The inherent structural advantage of the race to the bottom also explains why special interests like corporations have been able to so easily control political decisions, such as resistance to environmental regulations. All corporations have to do is donate enough money (or other forms of coercion) to the right corrupt politicians, and they will do anything the corporations want, within reason, because if they don't the money will go to someone else and the politician will not get elected or reelected. In other words, the most corrupt politician is the winner. This explains why the upper loop is named the race to the bottom.
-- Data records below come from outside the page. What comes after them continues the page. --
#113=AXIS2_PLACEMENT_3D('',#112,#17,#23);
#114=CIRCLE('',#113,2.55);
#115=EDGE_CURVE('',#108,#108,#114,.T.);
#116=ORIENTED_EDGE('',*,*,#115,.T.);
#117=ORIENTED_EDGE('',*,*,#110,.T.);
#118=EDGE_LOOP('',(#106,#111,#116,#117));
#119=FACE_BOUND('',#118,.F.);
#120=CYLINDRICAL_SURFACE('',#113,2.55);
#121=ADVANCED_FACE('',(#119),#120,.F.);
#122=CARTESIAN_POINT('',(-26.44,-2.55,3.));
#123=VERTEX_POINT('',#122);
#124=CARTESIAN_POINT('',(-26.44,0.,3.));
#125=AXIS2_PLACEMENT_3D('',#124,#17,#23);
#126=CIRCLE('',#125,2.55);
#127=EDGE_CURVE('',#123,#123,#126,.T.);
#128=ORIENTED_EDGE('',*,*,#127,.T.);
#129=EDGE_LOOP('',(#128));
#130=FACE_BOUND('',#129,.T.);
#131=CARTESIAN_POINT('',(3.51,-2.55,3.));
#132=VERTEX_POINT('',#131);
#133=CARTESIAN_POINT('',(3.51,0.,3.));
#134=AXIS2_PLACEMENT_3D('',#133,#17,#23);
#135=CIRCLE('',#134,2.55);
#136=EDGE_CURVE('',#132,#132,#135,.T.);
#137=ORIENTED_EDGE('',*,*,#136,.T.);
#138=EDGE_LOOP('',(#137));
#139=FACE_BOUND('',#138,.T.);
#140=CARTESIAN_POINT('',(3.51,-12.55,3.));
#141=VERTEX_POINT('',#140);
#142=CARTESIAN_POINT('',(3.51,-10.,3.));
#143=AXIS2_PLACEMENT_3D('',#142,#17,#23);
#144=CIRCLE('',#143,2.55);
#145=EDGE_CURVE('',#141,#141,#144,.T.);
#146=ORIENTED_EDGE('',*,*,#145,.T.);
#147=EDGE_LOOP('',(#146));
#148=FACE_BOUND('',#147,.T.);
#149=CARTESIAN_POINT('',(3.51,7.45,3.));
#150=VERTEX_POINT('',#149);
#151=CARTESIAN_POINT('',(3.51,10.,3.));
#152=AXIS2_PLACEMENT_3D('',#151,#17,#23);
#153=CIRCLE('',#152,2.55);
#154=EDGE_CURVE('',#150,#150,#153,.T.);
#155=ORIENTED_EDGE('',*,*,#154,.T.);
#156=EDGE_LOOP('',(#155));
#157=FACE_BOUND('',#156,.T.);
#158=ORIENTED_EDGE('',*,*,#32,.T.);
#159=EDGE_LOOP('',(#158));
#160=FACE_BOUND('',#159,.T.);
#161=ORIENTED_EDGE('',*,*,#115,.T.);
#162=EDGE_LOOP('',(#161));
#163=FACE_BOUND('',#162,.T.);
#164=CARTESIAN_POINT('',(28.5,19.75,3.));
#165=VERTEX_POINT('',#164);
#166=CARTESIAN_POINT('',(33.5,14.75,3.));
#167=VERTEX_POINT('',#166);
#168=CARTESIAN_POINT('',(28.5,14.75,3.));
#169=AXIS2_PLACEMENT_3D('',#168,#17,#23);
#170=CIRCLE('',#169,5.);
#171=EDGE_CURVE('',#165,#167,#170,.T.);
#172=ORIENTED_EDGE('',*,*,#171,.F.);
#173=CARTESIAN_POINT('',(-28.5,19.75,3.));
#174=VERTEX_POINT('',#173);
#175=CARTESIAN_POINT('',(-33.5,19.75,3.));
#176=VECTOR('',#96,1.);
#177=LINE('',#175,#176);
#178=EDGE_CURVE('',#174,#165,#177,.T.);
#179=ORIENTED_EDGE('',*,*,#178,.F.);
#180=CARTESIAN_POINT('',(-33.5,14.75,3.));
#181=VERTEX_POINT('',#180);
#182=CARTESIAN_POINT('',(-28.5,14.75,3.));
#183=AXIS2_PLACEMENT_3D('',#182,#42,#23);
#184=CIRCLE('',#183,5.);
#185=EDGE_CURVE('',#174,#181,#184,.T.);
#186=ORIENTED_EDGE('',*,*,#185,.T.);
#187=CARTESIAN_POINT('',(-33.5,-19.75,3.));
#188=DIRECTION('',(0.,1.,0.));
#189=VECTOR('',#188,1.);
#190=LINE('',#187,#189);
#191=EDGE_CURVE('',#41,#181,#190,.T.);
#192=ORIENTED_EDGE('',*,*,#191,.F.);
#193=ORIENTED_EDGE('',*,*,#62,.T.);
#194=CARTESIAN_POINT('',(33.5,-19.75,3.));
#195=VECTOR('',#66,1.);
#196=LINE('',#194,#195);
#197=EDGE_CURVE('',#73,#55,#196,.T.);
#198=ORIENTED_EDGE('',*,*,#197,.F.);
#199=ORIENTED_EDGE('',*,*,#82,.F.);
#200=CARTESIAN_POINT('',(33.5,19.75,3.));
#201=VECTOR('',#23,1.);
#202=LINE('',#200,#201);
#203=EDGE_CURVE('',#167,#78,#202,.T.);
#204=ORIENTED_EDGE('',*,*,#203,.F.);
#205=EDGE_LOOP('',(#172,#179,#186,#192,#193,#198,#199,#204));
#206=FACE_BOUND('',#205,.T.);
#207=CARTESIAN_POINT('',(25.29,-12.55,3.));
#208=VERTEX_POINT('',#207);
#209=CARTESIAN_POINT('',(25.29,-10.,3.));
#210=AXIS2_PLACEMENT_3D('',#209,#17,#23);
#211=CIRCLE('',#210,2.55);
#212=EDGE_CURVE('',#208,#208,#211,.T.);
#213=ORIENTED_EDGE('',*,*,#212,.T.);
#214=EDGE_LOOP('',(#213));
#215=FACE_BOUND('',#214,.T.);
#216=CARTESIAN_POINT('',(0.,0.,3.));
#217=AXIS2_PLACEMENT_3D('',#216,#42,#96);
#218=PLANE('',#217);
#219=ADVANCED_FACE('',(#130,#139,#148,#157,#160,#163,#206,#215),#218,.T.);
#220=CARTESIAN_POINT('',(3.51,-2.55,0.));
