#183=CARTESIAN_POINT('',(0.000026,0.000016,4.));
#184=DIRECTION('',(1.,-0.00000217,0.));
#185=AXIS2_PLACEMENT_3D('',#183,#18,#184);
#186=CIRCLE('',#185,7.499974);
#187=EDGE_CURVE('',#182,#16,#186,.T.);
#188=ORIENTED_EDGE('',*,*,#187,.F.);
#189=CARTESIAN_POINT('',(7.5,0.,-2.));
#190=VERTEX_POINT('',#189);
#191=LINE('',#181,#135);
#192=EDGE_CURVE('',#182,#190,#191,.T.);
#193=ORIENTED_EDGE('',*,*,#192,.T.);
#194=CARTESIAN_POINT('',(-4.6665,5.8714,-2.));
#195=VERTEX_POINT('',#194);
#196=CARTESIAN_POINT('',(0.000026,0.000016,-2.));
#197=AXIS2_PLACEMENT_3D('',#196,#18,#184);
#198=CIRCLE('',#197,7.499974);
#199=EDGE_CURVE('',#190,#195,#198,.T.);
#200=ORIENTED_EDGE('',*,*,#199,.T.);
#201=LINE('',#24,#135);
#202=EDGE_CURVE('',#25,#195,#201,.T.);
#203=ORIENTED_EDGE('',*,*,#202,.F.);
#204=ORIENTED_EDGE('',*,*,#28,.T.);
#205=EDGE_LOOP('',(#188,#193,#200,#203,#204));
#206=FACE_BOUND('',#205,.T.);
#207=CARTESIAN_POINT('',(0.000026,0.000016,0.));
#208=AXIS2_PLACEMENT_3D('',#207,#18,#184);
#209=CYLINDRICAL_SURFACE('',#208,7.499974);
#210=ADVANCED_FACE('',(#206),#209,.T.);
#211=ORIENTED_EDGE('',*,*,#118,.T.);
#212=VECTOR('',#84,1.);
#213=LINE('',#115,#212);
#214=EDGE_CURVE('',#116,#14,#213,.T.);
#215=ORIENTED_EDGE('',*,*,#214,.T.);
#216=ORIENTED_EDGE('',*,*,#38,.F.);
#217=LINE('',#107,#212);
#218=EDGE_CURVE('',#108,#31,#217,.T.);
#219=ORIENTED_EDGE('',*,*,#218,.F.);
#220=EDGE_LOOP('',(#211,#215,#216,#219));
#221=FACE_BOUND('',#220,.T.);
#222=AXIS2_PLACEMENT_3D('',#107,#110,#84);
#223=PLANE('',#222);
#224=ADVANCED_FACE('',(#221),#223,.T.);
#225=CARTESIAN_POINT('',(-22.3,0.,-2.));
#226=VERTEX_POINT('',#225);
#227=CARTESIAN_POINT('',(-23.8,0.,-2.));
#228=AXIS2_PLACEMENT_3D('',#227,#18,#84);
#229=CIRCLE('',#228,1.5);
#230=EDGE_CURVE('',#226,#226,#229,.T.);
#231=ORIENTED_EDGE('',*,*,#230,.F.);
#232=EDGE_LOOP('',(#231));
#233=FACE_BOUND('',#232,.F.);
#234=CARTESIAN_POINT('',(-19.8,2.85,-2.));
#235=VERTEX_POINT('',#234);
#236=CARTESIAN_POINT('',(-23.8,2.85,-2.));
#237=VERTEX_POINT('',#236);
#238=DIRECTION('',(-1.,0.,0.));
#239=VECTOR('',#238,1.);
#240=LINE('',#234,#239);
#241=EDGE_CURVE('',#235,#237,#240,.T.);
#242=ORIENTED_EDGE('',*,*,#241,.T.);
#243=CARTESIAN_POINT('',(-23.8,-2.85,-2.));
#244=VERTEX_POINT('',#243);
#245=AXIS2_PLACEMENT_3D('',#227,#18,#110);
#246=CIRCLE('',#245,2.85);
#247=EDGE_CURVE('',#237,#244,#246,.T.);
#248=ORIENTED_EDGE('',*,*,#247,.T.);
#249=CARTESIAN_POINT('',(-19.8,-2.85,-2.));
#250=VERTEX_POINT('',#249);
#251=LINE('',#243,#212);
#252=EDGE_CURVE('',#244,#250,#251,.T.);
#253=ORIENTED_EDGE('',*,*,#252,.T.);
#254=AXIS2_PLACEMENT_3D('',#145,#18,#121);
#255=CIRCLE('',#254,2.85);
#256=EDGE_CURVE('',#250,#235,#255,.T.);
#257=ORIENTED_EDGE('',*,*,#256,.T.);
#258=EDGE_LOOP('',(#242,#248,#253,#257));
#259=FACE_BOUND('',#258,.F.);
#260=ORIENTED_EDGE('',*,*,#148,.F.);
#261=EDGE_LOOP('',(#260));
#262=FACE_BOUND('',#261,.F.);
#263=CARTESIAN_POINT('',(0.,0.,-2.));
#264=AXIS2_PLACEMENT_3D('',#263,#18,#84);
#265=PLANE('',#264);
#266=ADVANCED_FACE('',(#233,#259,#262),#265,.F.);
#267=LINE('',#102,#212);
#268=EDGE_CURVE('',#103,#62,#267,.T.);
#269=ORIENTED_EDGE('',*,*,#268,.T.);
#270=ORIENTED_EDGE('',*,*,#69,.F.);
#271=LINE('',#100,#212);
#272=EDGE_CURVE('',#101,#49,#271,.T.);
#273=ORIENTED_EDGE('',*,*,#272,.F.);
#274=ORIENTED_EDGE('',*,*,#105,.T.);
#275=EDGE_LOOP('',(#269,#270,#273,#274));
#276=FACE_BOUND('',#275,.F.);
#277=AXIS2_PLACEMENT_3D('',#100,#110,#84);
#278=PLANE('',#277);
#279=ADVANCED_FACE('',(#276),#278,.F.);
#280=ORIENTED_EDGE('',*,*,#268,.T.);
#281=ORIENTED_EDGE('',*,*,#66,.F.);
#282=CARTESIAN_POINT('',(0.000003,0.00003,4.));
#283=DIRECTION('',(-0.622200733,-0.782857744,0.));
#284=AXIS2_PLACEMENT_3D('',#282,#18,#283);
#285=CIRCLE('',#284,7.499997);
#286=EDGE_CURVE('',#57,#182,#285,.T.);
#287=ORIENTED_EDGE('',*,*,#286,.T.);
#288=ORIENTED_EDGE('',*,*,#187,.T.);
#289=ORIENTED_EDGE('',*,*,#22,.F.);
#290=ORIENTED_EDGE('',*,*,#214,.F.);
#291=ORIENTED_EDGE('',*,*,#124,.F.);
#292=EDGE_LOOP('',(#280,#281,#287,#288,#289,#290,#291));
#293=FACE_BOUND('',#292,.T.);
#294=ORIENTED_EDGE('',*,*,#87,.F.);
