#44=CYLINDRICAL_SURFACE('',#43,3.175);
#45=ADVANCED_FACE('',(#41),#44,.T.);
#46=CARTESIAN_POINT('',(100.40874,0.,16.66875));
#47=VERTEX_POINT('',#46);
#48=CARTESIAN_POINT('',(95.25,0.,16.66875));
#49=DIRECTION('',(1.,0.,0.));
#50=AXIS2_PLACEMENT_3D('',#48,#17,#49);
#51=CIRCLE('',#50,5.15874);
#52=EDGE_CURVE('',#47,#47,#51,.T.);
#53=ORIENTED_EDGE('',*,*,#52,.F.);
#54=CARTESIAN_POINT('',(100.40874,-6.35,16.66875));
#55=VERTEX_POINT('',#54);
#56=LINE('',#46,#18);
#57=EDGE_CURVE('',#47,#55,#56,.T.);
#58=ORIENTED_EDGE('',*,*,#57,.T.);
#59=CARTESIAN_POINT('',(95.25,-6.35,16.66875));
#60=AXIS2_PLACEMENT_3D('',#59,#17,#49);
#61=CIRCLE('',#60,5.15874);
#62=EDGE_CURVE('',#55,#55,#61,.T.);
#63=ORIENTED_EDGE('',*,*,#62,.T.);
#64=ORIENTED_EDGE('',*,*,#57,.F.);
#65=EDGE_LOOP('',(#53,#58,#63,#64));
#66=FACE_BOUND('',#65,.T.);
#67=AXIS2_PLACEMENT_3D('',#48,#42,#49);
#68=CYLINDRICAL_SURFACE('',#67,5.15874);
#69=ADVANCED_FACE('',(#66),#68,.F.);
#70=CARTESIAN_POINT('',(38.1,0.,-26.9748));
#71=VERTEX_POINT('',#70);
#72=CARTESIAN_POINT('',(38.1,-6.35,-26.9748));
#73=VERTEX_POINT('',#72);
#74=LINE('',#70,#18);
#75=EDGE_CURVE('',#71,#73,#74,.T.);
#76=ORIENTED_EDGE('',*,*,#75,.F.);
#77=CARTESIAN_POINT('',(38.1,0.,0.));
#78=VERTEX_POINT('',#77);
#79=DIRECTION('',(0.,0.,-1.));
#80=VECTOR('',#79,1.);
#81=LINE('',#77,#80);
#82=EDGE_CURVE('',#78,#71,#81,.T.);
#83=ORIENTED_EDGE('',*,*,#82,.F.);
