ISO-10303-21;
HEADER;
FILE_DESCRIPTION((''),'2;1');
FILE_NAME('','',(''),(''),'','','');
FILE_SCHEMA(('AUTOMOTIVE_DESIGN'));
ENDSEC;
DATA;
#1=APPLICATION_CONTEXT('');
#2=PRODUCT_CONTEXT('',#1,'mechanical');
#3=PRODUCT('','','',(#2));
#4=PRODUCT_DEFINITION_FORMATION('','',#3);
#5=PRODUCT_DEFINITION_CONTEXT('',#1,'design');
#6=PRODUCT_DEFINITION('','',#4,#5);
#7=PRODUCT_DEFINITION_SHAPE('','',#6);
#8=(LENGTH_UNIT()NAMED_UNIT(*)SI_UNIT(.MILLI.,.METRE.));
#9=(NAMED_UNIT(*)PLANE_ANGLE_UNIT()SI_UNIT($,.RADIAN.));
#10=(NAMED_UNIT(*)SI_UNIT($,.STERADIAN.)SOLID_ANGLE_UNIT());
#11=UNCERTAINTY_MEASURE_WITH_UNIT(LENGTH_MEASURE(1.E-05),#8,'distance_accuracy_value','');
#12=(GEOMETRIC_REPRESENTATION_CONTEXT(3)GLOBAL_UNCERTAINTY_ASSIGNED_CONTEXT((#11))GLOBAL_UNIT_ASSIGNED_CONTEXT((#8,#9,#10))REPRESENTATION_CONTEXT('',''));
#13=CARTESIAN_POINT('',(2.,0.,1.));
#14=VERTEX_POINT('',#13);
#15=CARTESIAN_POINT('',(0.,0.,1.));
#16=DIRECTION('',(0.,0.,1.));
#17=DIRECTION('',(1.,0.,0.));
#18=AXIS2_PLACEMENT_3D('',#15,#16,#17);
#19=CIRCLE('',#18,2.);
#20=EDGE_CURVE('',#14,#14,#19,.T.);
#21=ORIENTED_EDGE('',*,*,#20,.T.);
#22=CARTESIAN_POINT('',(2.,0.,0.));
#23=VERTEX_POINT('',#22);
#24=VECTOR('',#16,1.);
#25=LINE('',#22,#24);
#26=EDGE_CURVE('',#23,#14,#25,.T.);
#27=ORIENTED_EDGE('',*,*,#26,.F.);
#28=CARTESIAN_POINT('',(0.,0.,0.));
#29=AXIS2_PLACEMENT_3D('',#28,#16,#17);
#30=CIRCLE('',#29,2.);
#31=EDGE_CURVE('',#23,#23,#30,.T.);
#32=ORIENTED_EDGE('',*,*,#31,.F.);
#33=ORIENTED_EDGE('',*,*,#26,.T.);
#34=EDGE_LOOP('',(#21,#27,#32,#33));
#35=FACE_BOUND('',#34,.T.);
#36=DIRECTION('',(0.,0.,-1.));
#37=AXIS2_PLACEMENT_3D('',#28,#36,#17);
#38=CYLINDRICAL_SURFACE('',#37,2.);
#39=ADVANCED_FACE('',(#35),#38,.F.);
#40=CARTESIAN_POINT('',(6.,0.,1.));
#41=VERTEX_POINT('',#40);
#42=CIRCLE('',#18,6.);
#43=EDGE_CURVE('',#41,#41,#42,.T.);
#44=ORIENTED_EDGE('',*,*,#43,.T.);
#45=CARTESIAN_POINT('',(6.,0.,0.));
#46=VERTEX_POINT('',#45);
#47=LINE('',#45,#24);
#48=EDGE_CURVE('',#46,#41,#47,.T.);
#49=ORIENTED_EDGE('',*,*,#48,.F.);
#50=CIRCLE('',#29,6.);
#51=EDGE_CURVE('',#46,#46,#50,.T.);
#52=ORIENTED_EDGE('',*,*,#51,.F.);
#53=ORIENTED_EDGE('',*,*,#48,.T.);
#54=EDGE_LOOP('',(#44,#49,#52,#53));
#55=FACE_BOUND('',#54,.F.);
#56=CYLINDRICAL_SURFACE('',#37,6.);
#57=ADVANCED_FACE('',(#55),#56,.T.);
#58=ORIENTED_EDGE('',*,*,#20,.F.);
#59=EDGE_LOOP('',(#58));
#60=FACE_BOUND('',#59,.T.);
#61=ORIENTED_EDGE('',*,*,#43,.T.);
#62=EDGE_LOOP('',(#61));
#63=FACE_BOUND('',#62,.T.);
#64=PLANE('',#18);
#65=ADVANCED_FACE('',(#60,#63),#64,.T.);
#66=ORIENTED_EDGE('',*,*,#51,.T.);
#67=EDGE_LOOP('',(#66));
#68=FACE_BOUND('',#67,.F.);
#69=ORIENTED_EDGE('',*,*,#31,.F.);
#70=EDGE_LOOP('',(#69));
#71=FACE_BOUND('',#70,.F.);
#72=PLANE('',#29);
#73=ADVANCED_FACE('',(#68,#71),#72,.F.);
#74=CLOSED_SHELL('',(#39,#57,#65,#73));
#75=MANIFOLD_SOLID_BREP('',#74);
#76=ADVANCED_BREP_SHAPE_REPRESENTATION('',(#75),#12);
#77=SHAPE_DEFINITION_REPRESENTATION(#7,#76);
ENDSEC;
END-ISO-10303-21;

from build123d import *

# Parameters (mm, degrees)
SZKIC1_R                    = 6
SZKIC1_R_2                  = 2
DODANIE_WYCI_GNI_CIE1_DEPTH = 1


with BuildPart() as part:
    # Szkic1 → Dodanie-wyciągnięcie1 (new body)
    with BuildSketch(Plane.XY):
        Circle(SZKIC1_R)
        Circle(SZKIC1_R_2, mode=Mode.SUBTRACT)
    extrude(amount=DODANIE_WYCI_GNI_CIE1_DEPTH)


solid = part.part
An even more important insight is there are two high leverage points in this structure. These are underlined. One in particular is quite potent, according to the simulation runs. This is the general ability to detect political deception. Currently this is low, about 20%, which causes detected false memes to be low. But if the general ability to detect political deception can be raised to a high level, say to 80%, then detected false memes becomes large. This in turn causes repulsion memes to grow large and undetected false memes to become small. The result is the degenerates infectivity rate drops like a stone and the rationalists infectivity rate soars like a dove, which causes the Supporters Due to Degeneration stock to fall and Supporters Due to Rationality to grow. The end result is loop dominance flips from the race to the bottom to the race to the top. The system will then respond correctly to the truth about the global environmental sustainability problem because it will now be in the best interests of the virtuous politicians in charge.
This model demonstrates why system dynamics is such a powerful tool. It exposes the structure of the problem to the light of day. Without such knowledge, sustainability problem solvers are forced to fall back on educated guesses on what the real causes of the problem are, which, as we have seen for the last 30 years, have missed the mark.